What the task requires: Starting with the first line below, reproduce each line exactly until you have included the one bearing "FILE_DESCRIPTION((''),'2;1');".

** Opening Material for this exercise block **

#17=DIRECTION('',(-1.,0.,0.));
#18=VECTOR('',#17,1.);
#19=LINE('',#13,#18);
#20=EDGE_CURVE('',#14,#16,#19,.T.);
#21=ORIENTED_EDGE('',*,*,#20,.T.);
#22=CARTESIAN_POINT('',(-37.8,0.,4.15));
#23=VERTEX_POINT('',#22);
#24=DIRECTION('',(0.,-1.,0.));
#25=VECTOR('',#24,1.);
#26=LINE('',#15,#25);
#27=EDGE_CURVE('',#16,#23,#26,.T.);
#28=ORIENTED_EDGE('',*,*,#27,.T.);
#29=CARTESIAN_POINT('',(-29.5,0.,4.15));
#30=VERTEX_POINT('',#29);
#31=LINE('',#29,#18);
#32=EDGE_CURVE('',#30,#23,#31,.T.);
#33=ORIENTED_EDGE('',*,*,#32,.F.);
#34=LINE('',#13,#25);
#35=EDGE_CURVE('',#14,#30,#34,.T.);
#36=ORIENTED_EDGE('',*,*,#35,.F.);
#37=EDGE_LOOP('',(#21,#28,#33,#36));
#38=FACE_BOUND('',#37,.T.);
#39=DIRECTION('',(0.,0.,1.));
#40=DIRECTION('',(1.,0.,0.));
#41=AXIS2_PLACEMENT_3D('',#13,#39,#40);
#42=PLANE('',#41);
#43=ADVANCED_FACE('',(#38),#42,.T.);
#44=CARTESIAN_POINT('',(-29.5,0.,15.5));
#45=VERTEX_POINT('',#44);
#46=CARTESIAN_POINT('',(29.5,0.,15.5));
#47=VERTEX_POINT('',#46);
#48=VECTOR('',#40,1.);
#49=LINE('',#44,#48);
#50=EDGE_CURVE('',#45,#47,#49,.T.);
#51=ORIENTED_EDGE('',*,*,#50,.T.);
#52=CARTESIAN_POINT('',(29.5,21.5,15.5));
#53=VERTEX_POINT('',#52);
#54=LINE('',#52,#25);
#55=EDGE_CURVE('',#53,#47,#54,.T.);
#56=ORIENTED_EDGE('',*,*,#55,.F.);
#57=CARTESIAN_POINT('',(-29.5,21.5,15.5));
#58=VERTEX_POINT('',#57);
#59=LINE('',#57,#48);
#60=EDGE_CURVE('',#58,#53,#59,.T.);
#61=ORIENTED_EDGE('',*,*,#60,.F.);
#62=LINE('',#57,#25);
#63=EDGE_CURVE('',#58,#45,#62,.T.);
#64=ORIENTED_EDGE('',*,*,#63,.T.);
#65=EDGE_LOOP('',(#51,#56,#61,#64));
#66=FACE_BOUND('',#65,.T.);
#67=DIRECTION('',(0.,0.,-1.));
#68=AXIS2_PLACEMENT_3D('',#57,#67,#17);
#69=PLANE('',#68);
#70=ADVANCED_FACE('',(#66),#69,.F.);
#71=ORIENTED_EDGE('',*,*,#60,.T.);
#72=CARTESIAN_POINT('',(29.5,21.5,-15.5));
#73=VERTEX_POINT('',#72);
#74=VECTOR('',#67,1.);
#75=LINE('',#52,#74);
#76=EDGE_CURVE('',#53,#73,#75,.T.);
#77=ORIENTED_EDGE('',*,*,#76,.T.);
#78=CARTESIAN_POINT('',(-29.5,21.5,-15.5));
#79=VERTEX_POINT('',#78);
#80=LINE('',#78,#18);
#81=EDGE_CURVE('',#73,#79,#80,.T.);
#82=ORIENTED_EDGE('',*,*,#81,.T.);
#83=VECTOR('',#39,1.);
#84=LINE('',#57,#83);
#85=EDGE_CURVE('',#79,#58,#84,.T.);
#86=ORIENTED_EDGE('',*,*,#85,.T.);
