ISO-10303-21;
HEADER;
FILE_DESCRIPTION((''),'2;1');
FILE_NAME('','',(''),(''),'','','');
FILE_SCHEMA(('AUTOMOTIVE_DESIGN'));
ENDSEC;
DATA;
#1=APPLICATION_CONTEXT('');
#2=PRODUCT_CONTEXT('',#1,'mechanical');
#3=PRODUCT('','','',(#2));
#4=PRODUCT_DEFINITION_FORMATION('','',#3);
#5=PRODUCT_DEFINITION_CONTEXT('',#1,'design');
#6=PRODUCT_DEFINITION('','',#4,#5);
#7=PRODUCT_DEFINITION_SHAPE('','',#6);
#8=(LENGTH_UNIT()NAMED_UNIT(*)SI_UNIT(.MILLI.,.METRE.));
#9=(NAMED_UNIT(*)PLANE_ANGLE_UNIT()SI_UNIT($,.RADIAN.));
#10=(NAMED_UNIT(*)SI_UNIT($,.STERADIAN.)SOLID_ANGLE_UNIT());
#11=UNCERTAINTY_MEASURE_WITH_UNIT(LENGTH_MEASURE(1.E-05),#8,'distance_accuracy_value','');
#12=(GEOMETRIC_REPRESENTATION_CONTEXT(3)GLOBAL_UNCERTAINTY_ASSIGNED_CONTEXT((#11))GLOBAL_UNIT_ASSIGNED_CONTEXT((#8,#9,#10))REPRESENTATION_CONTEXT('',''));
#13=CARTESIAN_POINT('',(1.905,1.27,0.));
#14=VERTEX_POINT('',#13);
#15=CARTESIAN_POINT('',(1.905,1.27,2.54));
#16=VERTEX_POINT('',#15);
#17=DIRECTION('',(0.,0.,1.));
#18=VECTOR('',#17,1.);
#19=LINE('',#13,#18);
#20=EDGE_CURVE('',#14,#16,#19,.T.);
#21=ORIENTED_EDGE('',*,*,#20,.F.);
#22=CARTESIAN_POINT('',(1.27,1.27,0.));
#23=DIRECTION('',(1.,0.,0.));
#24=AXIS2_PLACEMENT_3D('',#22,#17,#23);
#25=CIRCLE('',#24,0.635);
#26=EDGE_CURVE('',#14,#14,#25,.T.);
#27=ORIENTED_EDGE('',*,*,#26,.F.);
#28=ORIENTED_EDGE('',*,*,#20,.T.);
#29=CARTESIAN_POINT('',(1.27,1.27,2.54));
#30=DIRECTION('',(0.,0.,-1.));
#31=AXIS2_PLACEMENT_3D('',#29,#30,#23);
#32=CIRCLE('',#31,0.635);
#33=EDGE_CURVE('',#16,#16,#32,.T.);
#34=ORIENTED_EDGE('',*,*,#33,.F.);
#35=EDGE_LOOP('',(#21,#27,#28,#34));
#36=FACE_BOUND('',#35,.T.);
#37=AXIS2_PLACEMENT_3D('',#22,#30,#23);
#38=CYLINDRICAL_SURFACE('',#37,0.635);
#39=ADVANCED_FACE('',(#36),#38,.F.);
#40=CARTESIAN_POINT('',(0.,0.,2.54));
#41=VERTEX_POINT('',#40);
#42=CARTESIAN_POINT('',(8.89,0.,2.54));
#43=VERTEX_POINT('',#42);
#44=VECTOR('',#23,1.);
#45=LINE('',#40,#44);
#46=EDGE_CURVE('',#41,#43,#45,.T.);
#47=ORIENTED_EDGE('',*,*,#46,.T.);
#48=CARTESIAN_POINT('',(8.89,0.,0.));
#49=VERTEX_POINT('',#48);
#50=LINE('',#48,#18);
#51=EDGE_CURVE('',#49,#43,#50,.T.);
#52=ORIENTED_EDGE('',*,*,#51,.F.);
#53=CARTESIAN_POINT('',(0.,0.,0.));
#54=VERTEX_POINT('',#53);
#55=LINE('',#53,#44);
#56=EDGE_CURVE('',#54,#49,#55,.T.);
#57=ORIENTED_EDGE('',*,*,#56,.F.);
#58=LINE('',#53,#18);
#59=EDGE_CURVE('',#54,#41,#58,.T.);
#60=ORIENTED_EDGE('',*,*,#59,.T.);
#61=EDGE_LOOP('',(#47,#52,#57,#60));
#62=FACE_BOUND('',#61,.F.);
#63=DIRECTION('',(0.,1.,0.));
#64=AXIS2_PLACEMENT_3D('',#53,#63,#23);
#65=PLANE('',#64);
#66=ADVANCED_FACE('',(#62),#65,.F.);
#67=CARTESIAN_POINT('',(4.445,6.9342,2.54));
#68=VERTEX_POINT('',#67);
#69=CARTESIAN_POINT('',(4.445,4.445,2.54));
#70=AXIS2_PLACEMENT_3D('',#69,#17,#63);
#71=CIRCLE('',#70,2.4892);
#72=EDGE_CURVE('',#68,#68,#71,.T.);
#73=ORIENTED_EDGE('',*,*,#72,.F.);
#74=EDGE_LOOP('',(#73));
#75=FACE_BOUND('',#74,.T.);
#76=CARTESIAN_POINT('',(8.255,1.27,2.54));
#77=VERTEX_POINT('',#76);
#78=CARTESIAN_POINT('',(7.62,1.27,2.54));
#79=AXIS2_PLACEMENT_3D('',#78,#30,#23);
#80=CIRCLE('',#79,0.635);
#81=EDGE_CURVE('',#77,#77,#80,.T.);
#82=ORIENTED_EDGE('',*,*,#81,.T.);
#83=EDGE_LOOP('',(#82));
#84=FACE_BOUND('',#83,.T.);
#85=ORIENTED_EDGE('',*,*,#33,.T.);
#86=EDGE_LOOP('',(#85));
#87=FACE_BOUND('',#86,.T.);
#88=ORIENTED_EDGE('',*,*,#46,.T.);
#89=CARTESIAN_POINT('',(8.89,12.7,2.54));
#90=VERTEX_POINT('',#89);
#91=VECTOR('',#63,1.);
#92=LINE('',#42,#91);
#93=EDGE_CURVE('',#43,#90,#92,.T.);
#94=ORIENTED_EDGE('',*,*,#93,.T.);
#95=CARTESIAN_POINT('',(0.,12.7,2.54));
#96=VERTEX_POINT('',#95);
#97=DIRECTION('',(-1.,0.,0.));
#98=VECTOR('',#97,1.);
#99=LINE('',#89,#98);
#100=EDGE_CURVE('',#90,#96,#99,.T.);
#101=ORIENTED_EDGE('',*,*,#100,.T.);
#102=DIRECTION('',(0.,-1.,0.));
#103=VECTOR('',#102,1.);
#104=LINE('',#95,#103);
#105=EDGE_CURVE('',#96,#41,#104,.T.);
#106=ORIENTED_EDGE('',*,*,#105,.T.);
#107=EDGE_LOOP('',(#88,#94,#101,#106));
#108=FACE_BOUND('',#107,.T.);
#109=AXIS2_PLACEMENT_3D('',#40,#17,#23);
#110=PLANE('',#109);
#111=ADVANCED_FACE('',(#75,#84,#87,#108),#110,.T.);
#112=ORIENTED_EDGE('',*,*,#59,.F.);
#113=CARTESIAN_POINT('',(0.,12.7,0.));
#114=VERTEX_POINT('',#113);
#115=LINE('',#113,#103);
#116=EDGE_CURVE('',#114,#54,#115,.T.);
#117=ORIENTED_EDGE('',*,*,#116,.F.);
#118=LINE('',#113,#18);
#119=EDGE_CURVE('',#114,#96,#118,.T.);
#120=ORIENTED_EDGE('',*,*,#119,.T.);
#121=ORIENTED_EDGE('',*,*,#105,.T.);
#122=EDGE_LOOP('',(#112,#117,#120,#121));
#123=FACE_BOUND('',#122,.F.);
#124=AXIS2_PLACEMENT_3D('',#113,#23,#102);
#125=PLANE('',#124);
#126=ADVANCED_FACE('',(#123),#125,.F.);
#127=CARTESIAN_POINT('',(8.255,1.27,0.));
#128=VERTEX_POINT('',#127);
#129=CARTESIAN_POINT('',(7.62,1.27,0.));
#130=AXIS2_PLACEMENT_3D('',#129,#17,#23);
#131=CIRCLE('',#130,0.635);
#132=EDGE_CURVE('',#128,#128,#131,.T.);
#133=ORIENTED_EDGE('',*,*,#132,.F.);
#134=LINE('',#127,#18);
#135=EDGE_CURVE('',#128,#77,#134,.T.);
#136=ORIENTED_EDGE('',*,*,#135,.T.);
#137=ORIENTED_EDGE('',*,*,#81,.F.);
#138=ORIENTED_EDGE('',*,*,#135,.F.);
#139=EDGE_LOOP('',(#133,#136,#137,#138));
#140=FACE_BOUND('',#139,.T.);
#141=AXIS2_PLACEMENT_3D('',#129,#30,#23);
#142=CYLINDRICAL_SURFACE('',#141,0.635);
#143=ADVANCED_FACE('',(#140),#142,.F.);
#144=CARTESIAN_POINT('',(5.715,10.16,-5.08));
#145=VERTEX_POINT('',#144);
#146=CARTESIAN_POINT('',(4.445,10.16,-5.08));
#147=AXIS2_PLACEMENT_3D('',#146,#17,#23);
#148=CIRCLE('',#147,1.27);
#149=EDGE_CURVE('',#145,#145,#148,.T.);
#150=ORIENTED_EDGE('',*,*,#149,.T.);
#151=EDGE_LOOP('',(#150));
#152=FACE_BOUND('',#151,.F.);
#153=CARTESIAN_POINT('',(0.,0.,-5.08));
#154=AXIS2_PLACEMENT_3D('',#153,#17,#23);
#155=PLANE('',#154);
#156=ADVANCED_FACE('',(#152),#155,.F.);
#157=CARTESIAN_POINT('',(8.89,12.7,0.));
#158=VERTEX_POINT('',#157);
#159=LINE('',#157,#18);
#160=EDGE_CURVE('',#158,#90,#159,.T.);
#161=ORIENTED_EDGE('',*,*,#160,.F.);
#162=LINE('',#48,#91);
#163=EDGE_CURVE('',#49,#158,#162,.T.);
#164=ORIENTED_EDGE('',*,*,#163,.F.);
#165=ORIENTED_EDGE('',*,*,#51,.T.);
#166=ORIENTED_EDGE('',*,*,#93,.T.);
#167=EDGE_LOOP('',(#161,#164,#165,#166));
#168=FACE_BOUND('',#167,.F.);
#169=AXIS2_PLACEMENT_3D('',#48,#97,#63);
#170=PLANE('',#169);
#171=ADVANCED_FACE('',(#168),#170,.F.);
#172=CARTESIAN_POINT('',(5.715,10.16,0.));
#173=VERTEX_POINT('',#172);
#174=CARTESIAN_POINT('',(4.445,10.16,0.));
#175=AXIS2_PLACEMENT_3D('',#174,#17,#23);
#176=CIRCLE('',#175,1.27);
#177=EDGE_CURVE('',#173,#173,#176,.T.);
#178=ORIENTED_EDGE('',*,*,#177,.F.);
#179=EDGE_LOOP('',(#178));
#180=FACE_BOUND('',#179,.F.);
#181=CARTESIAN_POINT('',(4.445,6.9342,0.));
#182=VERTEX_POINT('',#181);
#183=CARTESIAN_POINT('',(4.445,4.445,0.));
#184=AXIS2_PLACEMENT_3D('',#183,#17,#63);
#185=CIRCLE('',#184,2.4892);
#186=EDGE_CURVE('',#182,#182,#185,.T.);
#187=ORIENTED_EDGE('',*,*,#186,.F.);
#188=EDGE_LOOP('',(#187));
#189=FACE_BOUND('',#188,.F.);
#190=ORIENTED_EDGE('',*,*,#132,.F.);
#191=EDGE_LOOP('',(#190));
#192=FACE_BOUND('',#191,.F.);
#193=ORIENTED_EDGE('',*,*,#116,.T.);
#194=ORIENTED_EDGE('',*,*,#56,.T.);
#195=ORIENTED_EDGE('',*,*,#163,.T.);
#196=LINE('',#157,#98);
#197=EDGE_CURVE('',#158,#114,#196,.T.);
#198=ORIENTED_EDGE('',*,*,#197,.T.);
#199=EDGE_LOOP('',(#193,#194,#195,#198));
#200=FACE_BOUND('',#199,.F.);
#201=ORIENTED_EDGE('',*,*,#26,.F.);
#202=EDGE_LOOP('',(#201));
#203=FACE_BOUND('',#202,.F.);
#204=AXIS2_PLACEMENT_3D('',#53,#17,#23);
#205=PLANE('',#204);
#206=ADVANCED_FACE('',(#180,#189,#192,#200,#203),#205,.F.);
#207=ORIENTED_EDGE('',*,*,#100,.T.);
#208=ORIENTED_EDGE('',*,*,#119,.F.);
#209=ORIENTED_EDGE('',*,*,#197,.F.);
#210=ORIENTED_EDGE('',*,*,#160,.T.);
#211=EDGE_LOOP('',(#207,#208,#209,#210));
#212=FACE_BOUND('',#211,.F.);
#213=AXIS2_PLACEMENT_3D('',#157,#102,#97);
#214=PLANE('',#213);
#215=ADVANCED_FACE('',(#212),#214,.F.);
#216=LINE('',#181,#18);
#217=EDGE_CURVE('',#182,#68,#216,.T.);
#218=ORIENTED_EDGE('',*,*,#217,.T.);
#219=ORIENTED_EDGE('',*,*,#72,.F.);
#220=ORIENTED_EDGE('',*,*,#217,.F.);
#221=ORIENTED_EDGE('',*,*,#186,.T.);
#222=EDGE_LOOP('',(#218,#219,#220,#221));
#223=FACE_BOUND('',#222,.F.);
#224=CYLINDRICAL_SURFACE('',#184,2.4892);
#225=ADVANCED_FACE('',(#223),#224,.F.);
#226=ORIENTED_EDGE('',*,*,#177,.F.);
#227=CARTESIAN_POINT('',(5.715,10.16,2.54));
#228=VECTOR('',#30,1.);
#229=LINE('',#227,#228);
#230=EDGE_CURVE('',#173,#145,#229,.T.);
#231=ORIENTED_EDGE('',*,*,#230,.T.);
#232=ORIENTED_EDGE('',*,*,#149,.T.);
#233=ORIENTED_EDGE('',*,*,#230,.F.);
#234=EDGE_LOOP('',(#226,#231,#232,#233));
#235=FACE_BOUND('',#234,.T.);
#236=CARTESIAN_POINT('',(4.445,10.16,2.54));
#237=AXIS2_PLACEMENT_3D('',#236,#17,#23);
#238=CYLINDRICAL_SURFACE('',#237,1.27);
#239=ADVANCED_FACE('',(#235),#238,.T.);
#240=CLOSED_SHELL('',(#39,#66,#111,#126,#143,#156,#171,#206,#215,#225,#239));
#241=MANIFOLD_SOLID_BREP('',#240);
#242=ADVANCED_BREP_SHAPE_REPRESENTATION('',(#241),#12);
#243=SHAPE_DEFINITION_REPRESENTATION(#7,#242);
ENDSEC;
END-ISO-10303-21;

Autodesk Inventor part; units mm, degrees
ref_plane "YZ Plane" through (0, 0, 0) normal (1, 0, 0) x (0, 1, 0)
ref_plane "XZ Plane" through (0, 0, 0) normal (0, 1, 0) x (-1, 0, 0)
ref_plane "XY Plane" through (0, 0, 0) normal (0, 0, 1) x (1, 0, 0)
sketch "Sketch1" plane through (0, 0, 0) normal (0, 0, 1) x (1, 0, 0)
  line L0 (0, 0) -> (8.89, 0)
  line L1 (8.89, 0) -> (8.89, 12.7)
  line L2 (8.89, 12.7) -> (0, 12.7)
  line L3 (0, 12.7) -> (0, 0)
  circle A0 centre (7.62, 1.27) radius 0.635
  circle A1 centre (1.27, 1.27) radius 0.635
  point P0 (4.445, 4.445)
  dimension "d0" = 8.89
  dimension "d1" = 12.7
  dimension "d18" = 1.27
  dimension "d19" = 1.27
  dimension "d20" = 1.27
  dimension "d21" = 1.27
  dimension "d22" = 1.27
  dimension "d23" = 1.27
  dimension "d26" = 4.445
extrude "Extrusion1" add sketch "Sketch1" along normal blind 2.54 contours L3 L2 L1 L0 | A0 | A1
sketch "Sketch2" plane through (0, 0, 2.54) normal (0, 0, 1) x (1, 0, 0)
  circle A0 centre (4.445, 10.16) radius 1.27
  line L0 (8.89, 12.7) -> (0, 12.7) projected
  line L1 (8.89, 0) -> (8.89, 12.7) projected
  point P0 (0, 0)
  dimension "d5" = 2.54
  dimension "d6" = 2.54
  dimension "d7" = 4.445
extrude "Extrusion2" add sketch "Sketch2" against normal blind 7.62
hole "Hole1" at (4.445, 4.445, 0) direction (0, 0, 1) diameter 4.9784 depth 19.05 tip angle 118 thread size "1/4-20 UNC" class "2B" standard "ANSI Unified Screw Threads"
extrude "Extrusion3" cut sketch "Sketch1" along normal blind 5.08 contours A0 | A1
properties part number "Slider"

** Closing Material for this exercise block **

Expected answer:
#17=DIRECTION('',(-1.,0.,0.));
#18=VECTOR('',#17,1.);
#19=LINE('',#13,#18);
#20=EDGE_CURVE('',#14,#16,#19,.T.);
#21=ORIENTED_EDGE('',*,*,#20,.T.);
#22=CARTESIAN_POINT('',(-37.8,0.,4.15));
#23=VERTEX_POINT('',#22);
#24=DIRECTION('',(0.,-1.,0.));
#25=VECTOR('',#24,1.);
#26=LINE('',#15,#25);
#27=EDGE_CURVE('',#16,#23,#26,.T.);
#28=ORIENTED_EDGE('',*,*,#27,.T.);
#29=CARTESIAN_POINT('',(-29.5,0.,4.15));
#30=VERTEX_POINT('',#29);
#31=LINE('',#29,#18);
#32=EDGE_CURVE('',#30,#23,#31,.T.);
#33=ORIENTED_EDGE('',*,*,#32,.F.);
#34=LINE('',#13,#25);
#35=EDGE_CURVE('',#14,#30,#34,.T.);
#36=ORIENTED_EDGE('',*,*,#35,.F.);
#37=EDGE_LOOP('',(#21,#28,#33,#36));
#38=FACE_BOUND('',#37,.T.);
#39=DIRECTION('',(0.,0.,1.));
#40=DIRECTION('',(1.,0.,0.));
#41=AXIS2_PLACEMENT_3D('',#13,#39,#40);
#42=PLANE('',#41);
#43=ADVANCED_FACE('',(#38),#42,.T.);
#44=CARTESIAN_POINT('',(-29.5,0.,15.5));
#45=VERTEX_POINT('',#44);
#46=CARTESIAN_POINT('',(29.5,0.,15.5));
#47=VERTEX_POINT('',#46);
#48=VECTOR('',#40,1.);
#49=LINE('',#44,#48);
#50=EDGE_CURVE('',#45,#47,#49,.T.);
#51=ORIENTED_EDGE('',*,*,#50,.T.);
#52=CARTESIAN_POINT('',(29.5,21.5,15.5));
#53=VERTEX_POINT('',#52);
#54=LINE('',#52,#25);
#55=EDGE_CURVE('',#53,#47,#54,.T.);
#56=ORIENTED_EDGE('',*,*,#55,.F.);
#57=CARTESIAN_POINT('',(-29.5,21.5,15.5));
#58=VERTEX_POINT('',#57);
#59=LINE('',#57,#48);
#60=EDGE_CURVE('',#58,#53,#59,.T.);
#61=ORIENTED_EDGE('',*,*,#60,.F.);
#62=LINE('',#57,#25);
#63=EDGE_CURVE('',#58,#45,#62,.T.);
#64=ORIENTED_EDGE('',*,*,#63,.T.);
#65=EDGE_LOOP('',(#51,#56,#61,#64));
#66=FACE_BOUND('',#65,.T.);
#67=DIRECTION('',(0.,0.,-1.));
#68=AXIS2_PLACEMENT_3D('',#57,#67,#17);
#69=PLANE('',#68);
#70=ADVANCED_FACE('',(#66),#69,.F.);
#71=ORIENTED_EDGE('',*,*,#60,.T.);
#72=CARTESIAN_POINT('',(29.5,21.5,-15.5));
#73=VERTEX_POINT('',#72);
#74=VECTOR('',#67,1.);
#75=LINE('',#52,#74);
#76=EDGE_CURVE('',#53,#73,#75,.T.);
#77=ORIENTED_EDGE('',*,*,#76,.T.);
#78=CARTESIAN_POINT('',(-29.5,21.5,-15.5));
#79=VERTEX_POINT('',#78);
#80=LINE('',#78,#18);
#81=EDGE_CURVE('',#73,#79,#80,.T.);
#82=ORIENTED_EDGE('',*,*,#81,.T.);
#83=VECTOR('',#39,1.);
#84=LINE('',#57,#83);
#85=EDGE_CURVE('',#79,#58,#84,.T.);
#86=ORIENTED_EDGE('',*,*,#85,.T.);
ISO-10303-21;
HEADER;
FILE_DESCRIPTION((''),'2;1');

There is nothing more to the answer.